I believe what happened yesterday was meant to happen. On the way there, and later headed out in the wrecker, I passed curves with drop-offs of hundreds of feet down. The driver explained how many of those curves have cars down at the bottom which will never be recovered I overestimated my skills and underestimated the risk.

I found the accident site this morning on Google Maps.

That curve is mild. Earlier in the day I’d gone through harpins, or along roads with sheer drops at the side that legitimately engaged my fear of heights. The speed limit is 45mph there. I wasn’t going over 40, I think thats how fast I was doing when I hit the shoulder and lost control. I measured the distance via Google Maps – both I and my bike slid 100 feet.

101 feet? I’m down a steep hill into a ravine. No cell service. Nobody would have seen me.

God needed to humble me, to teach me a lesson, and He picked the best possible location for it to happen. Soft grass. Gentle curve. Every single detail written down in advance for maximum education and discipline. Am I upset about the accident? Yes. Am I upset about smashing up my brand new bike? Of course. More than upset though, I am grateful.
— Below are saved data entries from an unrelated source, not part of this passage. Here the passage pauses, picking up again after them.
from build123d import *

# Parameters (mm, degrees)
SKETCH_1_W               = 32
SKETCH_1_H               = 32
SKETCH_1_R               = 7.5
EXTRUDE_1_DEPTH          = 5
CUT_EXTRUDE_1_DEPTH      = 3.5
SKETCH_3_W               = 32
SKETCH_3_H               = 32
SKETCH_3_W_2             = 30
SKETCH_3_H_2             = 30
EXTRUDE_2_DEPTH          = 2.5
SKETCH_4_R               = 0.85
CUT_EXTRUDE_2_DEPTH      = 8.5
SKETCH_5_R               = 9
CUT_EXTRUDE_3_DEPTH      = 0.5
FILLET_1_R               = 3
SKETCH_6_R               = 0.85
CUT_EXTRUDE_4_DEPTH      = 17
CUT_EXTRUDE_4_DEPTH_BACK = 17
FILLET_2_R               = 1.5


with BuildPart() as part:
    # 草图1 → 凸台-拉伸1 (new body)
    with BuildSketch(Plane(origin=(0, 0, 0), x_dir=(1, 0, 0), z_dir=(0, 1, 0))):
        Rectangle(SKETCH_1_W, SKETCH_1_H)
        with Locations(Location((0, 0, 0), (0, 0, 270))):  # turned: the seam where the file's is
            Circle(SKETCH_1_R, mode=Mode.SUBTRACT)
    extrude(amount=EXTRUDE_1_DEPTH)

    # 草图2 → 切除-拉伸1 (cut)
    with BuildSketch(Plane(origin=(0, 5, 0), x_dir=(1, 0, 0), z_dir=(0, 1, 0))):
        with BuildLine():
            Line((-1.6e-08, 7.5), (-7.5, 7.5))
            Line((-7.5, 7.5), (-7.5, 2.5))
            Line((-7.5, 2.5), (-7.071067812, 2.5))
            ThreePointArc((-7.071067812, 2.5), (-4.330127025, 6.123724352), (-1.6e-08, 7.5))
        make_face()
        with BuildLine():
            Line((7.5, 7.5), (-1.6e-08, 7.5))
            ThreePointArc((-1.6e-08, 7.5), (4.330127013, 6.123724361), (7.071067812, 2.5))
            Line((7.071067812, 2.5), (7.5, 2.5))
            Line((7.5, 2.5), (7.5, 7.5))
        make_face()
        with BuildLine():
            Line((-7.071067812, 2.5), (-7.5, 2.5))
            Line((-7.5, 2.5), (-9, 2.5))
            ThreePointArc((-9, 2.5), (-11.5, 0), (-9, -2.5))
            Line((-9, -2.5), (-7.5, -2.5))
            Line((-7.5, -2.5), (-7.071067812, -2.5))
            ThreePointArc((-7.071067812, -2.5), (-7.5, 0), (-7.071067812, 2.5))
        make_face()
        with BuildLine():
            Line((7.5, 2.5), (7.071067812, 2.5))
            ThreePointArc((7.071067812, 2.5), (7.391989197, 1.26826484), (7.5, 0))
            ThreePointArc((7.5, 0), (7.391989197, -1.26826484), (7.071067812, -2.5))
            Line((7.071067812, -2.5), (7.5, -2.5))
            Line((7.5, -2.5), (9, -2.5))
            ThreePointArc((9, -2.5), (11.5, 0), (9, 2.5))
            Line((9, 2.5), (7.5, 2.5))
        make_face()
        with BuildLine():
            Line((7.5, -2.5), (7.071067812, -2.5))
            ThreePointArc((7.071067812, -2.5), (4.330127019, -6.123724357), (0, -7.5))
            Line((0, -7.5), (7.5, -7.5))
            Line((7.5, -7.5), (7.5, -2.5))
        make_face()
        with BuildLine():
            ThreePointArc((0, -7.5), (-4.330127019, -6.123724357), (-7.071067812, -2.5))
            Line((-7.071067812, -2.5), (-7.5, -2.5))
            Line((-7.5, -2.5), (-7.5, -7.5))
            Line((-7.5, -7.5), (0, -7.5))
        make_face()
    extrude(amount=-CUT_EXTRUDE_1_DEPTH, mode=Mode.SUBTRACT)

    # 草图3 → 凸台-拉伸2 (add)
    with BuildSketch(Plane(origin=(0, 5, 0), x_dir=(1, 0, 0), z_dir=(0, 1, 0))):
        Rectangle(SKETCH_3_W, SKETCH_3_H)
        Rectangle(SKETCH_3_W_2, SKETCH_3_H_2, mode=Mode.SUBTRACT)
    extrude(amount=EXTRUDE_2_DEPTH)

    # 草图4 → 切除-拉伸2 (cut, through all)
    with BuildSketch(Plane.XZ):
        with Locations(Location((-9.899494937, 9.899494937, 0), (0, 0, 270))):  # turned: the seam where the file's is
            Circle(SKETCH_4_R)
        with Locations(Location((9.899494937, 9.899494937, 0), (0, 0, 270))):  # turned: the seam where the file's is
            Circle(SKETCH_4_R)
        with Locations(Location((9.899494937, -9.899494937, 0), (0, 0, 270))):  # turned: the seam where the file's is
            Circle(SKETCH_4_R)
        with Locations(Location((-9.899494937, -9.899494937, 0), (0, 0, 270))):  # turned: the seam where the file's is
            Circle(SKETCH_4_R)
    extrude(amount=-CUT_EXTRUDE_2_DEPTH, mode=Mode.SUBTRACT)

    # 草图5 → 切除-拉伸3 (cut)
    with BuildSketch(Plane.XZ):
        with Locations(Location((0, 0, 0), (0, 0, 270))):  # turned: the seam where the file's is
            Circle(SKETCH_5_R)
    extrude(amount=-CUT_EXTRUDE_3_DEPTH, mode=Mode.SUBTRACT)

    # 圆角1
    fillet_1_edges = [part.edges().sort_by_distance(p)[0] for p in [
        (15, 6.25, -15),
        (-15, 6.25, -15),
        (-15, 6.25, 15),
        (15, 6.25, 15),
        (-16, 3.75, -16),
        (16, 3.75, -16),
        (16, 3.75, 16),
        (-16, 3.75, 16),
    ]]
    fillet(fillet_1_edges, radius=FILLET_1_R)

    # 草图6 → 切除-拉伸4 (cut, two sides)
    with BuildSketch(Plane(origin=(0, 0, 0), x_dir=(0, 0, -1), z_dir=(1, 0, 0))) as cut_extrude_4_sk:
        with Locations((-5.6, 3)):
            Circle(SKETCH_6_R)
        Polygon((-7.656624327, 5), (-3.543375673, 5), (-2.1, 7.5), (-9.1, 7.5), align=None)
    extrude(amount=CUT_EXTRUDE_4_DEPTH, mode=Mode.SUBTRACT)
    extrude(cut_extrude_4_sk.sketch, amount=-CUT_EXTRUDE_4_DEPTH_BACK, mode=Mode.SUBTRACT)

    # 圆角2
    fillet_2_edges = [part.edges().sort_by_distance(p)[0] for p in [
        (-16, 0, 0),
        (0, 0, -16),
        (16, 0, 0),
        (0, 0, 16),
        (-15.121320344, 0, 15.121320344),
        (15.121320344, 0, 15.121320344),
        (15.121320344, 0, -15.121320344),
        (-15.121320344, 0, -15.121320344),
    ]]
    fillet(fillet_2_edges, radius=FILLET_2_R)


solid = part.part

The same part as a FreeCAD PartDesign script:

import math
import FreeCAD as App
import Part
import Sketcher
Q = App.Units.Quantity


def edges_at(feature, points):
    """Names of the edges that pass closest to the given points."""
    edges = feature.Shape.Edges
    near = lambda p: min(range(len(edges)), key=lambda i: edges[i].distToShape(Part.Vertex(*p))[0])
    return sorted({f"Edge{near(p) + 1}" for p in points})

doc = App.newDocument("Part")
params = doc.addObject("Spreadsheet::Sheet", "Params")
for row, (alias, value) in enumerate([
    ("sketch1_diameter", "15 mm"),
    ("sketch1_width", "32 mm"),
    ("pad1_length", "5 mm"),
    ("sketch2_radius", "2.5 mm"),
    ("sketch2_radius2", "7.5 mm"),
    ("sketch2_width", "1.5 mm"),
    ("pocket1_length", "3.5 mm"),
    ("sketch3_width", "32 mm"),
    ("sketch3_width2", "30 mm"),
    ("pad2_length", "2.5 mm"),
    ("sketch4_diameter", "1.7 mm"),
    ("sketch5_diameter", "18 mm"),
    ("pocket3_length", "0.5 mm"),
    ("fillet_radius", "3 mm"),
    ("sketch6_diameter", "1.7 mm"),
    ("sketch6_height", "7 mm"),
    ("fillet2_radius", "1.5 mm"),
], start=1):
    params.set(f"A{row}", alias)
    params.set(f"B{row}", "=" + value)
    params.setAlias(f"B{row}", alias)

body = doc.addObject("PartDesign::Body", "Body")

# Sketch on XZ plane
sketch1 = body.newObject("Sketcher::SketchObject", "Sketch")
sketch1.AttachmentSupport = (doc.getObject("XZ_Plane"), [""])
sketch1.MapMode = "FlatFace"
sketch1.addGeometry([
    Part.LineSegment(App.Vector(-16, -16, 0), App.Vector(-16, 16, 0)),  # 0
    Part.LineSegment(App.Vector(-16, 16, 0), App.Vector(16, 16, 0)),  # 1
    Part.LineSegment(App.Vector(16, 16, 0), App.Vector(16, -16, 0)),  # 2
    Part.LineSegment(App.Vector(16, -16, 0), App.Vector(-16, -16, 0)),  # 3
    Part.Circle(App.Vector(0, 0, 0), App.Vector(0, 0, 1), 8),  # 4
], False)
sketch1.addConstraint([
    Sketcher.Constraint("Coincident", 0, 2, 1, 1),
    Sketcher.Constraint("Coincident", 1, 2, 2, 1),
    Sketcher.Constraint("Coincident", 2, 2, 3, 1),
    Sketcher.Constraint("Coincident", 3, 2, 0, 1),
    Sketcher.Constraint("Vertical", 0),
    Sketcher.Constraint("Horizontal", 1),
    Sketcher.Constraint("Vertical", 2),
    Sketcher.Constraint("Horizontal", 3),
    Sketcher.Constraint("Coincident", 4, 3, -1, 1),
    Sketcher.Constraint("Symmetric", 0, 2, 2, 2, -1, 1),
    Sketcher.Constraint("Equal", 3, 0),
    Sketcher.Constraint("Diameter", 4, Q("15 mm")),
    Sketcher.Constraint("DistanceX", 1, 1, 1, 2, Q("32 mm")),
])
sketch1.setExpression("Constraints[11]", "Params.sketch1_diameter")
sketch1.setExpression("Constraints[12]", "Params.sketch1_width")
pad1 = body.newObject("PartDesign::Pad", "Pad")
pad1.Profile = sketch1
pad1.setExpression("Length", "Params.pad1_length")
pad1.Reversed = True

# Sketch on XZ plane
sketch2 = body.newObject("Sketcher::SketchObject", "Sketch001")
sketch2.AttachmentSupport = (doc.getObject("XZ_Plane"), [""])
sketch2.MapMode = "FlatFace"
sketch2.AttachmentOffset = App.Placement(App.Vector(0, 0, -5), App.Rotation())
sketch2.addGeometry([
    Part.LineSegment(App.Vector(0, -7.5, 0), App.Vector(-7.5, -7.5, 0)),  # 0
    Part.LineSegment(App.Vector(-7.5, -7.5, 0), App.Vector(-7.5, -2.5, 0)),  # 1
    Part.LineSegment(App.Vector(-7.5, -2.5, 0), App.Vector(-9, -2.5, 0)),  # 2
    Part.ArcOfCircle(Part.Circle(App.Vector(-9, 0, 0), App.Vector(0, 0, 1), 2.5), math.radians(90), math.radians(270)),  # 3
    Part.LineSegment(App.Vector(-9, 2.5, 0), App.Vector(-7.5, 2.5, 0)),  # 4
    Part.LineSegment(App.Vector(-7.5, 2.5, 0), App.Vector(-7.5, 7.5, 0)),  # 5
    Part.LineSegment(App.Vector(-7.5, 7.5, 0), App.Vector(0, 7.5, 0)),  # 6
    Part.ArcOfCircle(Part.Circle(App.Vector(0, 0, 0), App.Vector(0, 0, 1), 7.5), math.radians(90), math.radians(161)),  # 7
    Part.ArcOfCircle(Part.Circle(App.Vector(0, 0, 0), App.Vector(0, 0, 1), 7.5), math.radians(161), math.radians(199)),  # 8
    Part.ArcOfCircle(Part.Circle(App.Vector(0, 0, 0), App.Vector(0, 0, 1), 7.5), math.radians(-161), math.radians(-90)),  # 9
    Part.LineSegment(App.Vector(7.5, -7.5, 0), App.Vector(0, -7.5, 0)),  # 10
    Part.ArcOfCircle(Part.Circle(App.Vector(0, 0, 0), App.Vector(0, 0, 1), 7.5), math.radians(-90), math.radians(-19)),  # 11
    Part.ArcOfCircle(Part.Circle(App.Vector(0, 0, 0), App.Vector(0, 0, 1), 7.5), math.radians(-19.47), math.radians(0)),  # 12
    Part.ArcOfCircle(Part.Circle(App.Vector(0, 0, 0), App.Vector(0, 0, 1), 7.5), math.radians(0), math.radians(19.47)),  # 13
    Part.ArcOfCircle(Part.Circle(App.Vector(0, 0, 0), App.Vector(0, 0, 1), 7.5), math.radians(19), math.radians(90)),  # 14
    Part.LineSegment(App.Vector(0, 7.5, 0), App.Vector(7.5, 7.5, 0)),  # 15
    Part.LineSegment(App.Vector(7.5, 7.5, 0), App.Vector(7.5, 2.5, 0)),  # 16
    Part.LineSegment(App.Vector(7.5, 2.5, 0), App.Vector(9, 2.5, 0)),  # 17
    Part.ArcOfCircle(Part.Circle(App.Vector(9, 0, 0), App.Vector(0, 0, 1), 2.5), math.radians(-90), math.radians(90)),  # 18
    Part.LineSegment(App.Vector(9, -2.5, 0), App.Vector(7.5, -2.5, 0)),  # 19
    Part.LineSegment(App.Vector(7.5, -2.5, 0), App.Vector(7.5, -7.5, 0)),  # 20
], False)
sketch2.addConstraint([
    Sketcher.Constraint("Coincident", 0, 2, 1, 1),
    Sketcher.Constraint("Coincident", 1, 2, 2, 1),
    Sketcher.Constraint("Tangent", 2, 2, 3, 2),
    Sketcher.Constraint("Tangent", 3, 1, 4, 1),
    Sketcher.Constraint("Coincident", 4, 2, 5, 1),
    Sketcher.Constraint("Coincident", 5, 2, 6, 1),
    Sketcher.Constraint("Tangent", 6, 2, 7, 1),
    Sketcher.Constraint("Tangent", 7, 2, 8, 1),
    Sketcher.Constraint("Tangent", 8, 2, 9, 1),
    Sketcher.Constraint("Tangent", 9, 2, 0, 1),
    Sketcher.Constraint("Tangent", 10, 2, 11, 1),
    Sketcher.Constraint("Tangent", 11, 2, 12, 1),
    Sketcher.Constraint("Tangent", 12, 2, 13, 1),
    Sketcher.Constraint("Tangent", 13, 2, 14, 1),
    Sketcher.Constraint("Tangent", 14, 2, 15, 1),
    Sketcher.Constraint("Coincident", 15, 2, 16, 1),
    Sketcher.Constraint("Coincident", 16, 2, 17, 1),
    Sketcher.Constraint("Tangent", 17, 2, 18, 2),
    Sketcher.Constraint("Tangent", 18, 1, 19, 1),
    Sketcher.Constraint("Coincident", 19, 2, 20, 1),
    Sketcher.Constraint("Coincident", 20, 2, 10, 1),
    Sketcher.Constraint("Horizontal", 0),
    Sketcher.Constraint("Vertical", 1),
    Sketcher.Constraint("Horizontal", 2),
    Sketcher.Constraint("Horizontal", 4),
    Sketcher.Constraint("Vertical", 5),
    Sketcher.Constraint("Horizontal", 6),
    Sketcher.Constraint("Horizontal", 10),
    Sketcher.Constraint("Horizontal", 15),
    Sketcher.Constraint("Vertical", 16),
    Sketcher.Constraint("Horizontal", 17),
    Sketcher.Constraint("Horizontal", 19),
    Sketcher.Constraint("Vertical", 20),
    Sketcher.Constraint("Coincident", 7, 3, -1, 1),
    Sketcher.Constraint("Coincident", 9, 3, -1, 1),
    Sketcher.Constraint("Coincident", 11, 3, -1, 1),
    Sketcher.Constraint("Coincident", 13, 3, -1, 1),
    Sketcher.Constraint("Coincident", 14, 2, 6, 2),
    Sketcher.Constraint("Equal", 3, 18),
    Sketcher.Constraint("Symmetric", 3, 3, 18, 3, -1, 1),
    Sketcher.Constraint("Symmetric", 4, 2, 16, 2, -2),
    Sketcher.Constraint("PointOnObject", 12, 2, -1),
    Sketcher.Constraint("Horizontal", 4, 2, 7, 2),
    Sketcher.Constraint("Horizontal", 2, 2, 8, 2),
    Sketcher.Constraint("Horizontal", 8, 2, 11, 2),
    Sketcher.Constraint("Horizontal", 7, 2, 13, 2),
    Sketcher.Constraint("Vertical", 1, 2, 4, 2),
    Sketcher.Constraint("Vertical", 12, 2, 15, 2),
    Sketcher.Constraint("Vertical", 16, 2, 19, 2),
    Sketcher.Constraint("Radius", 3, Q("2.5 mm")),
    Sketcher.Constraint("Radius", 7, Q("7.5 mm")),
    Sketcher.Constraint("DistanceX", 2, 2, 2, 1, Q("1.5 mm")),
])
sketch2.setExpression("Constraints[49]", "Params.sketch2_radius")
sketch2.setExpression("Constraints[50]", "Params.sketch2_radius2")
sketch2.setExpression("Constraints[51]", "Params.sketch2_width")
pocket1 = body.newObject("PartDesign::Pocket", "Pocket")
pocket1.Profile = sketch2
pocket1.setExpression("Length", "Params.pocket1_length")
pocket1.Reversed = True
Got off the phone with my insurance about an hour ago, gave all the details, went through 20 questions… Should have a verdict on the repair before the end of the week hopefully. Moving forward, I will be staying out of those mountains on my bike, unless I am with others. I’m also dumping Verizon, the signal down here is absolutely awful.

In other news, it looks like the sale of my house in Goshen will close on Thursday. I’m going to continue taking easy. My shoulder is a little better and I’m pretty sure the bruise under my foot is from the peg being driven up into it. My right thumb is also a little tender. All things considered, I am grateful to be alive, and thank God I am still here to talk about this.

God bless.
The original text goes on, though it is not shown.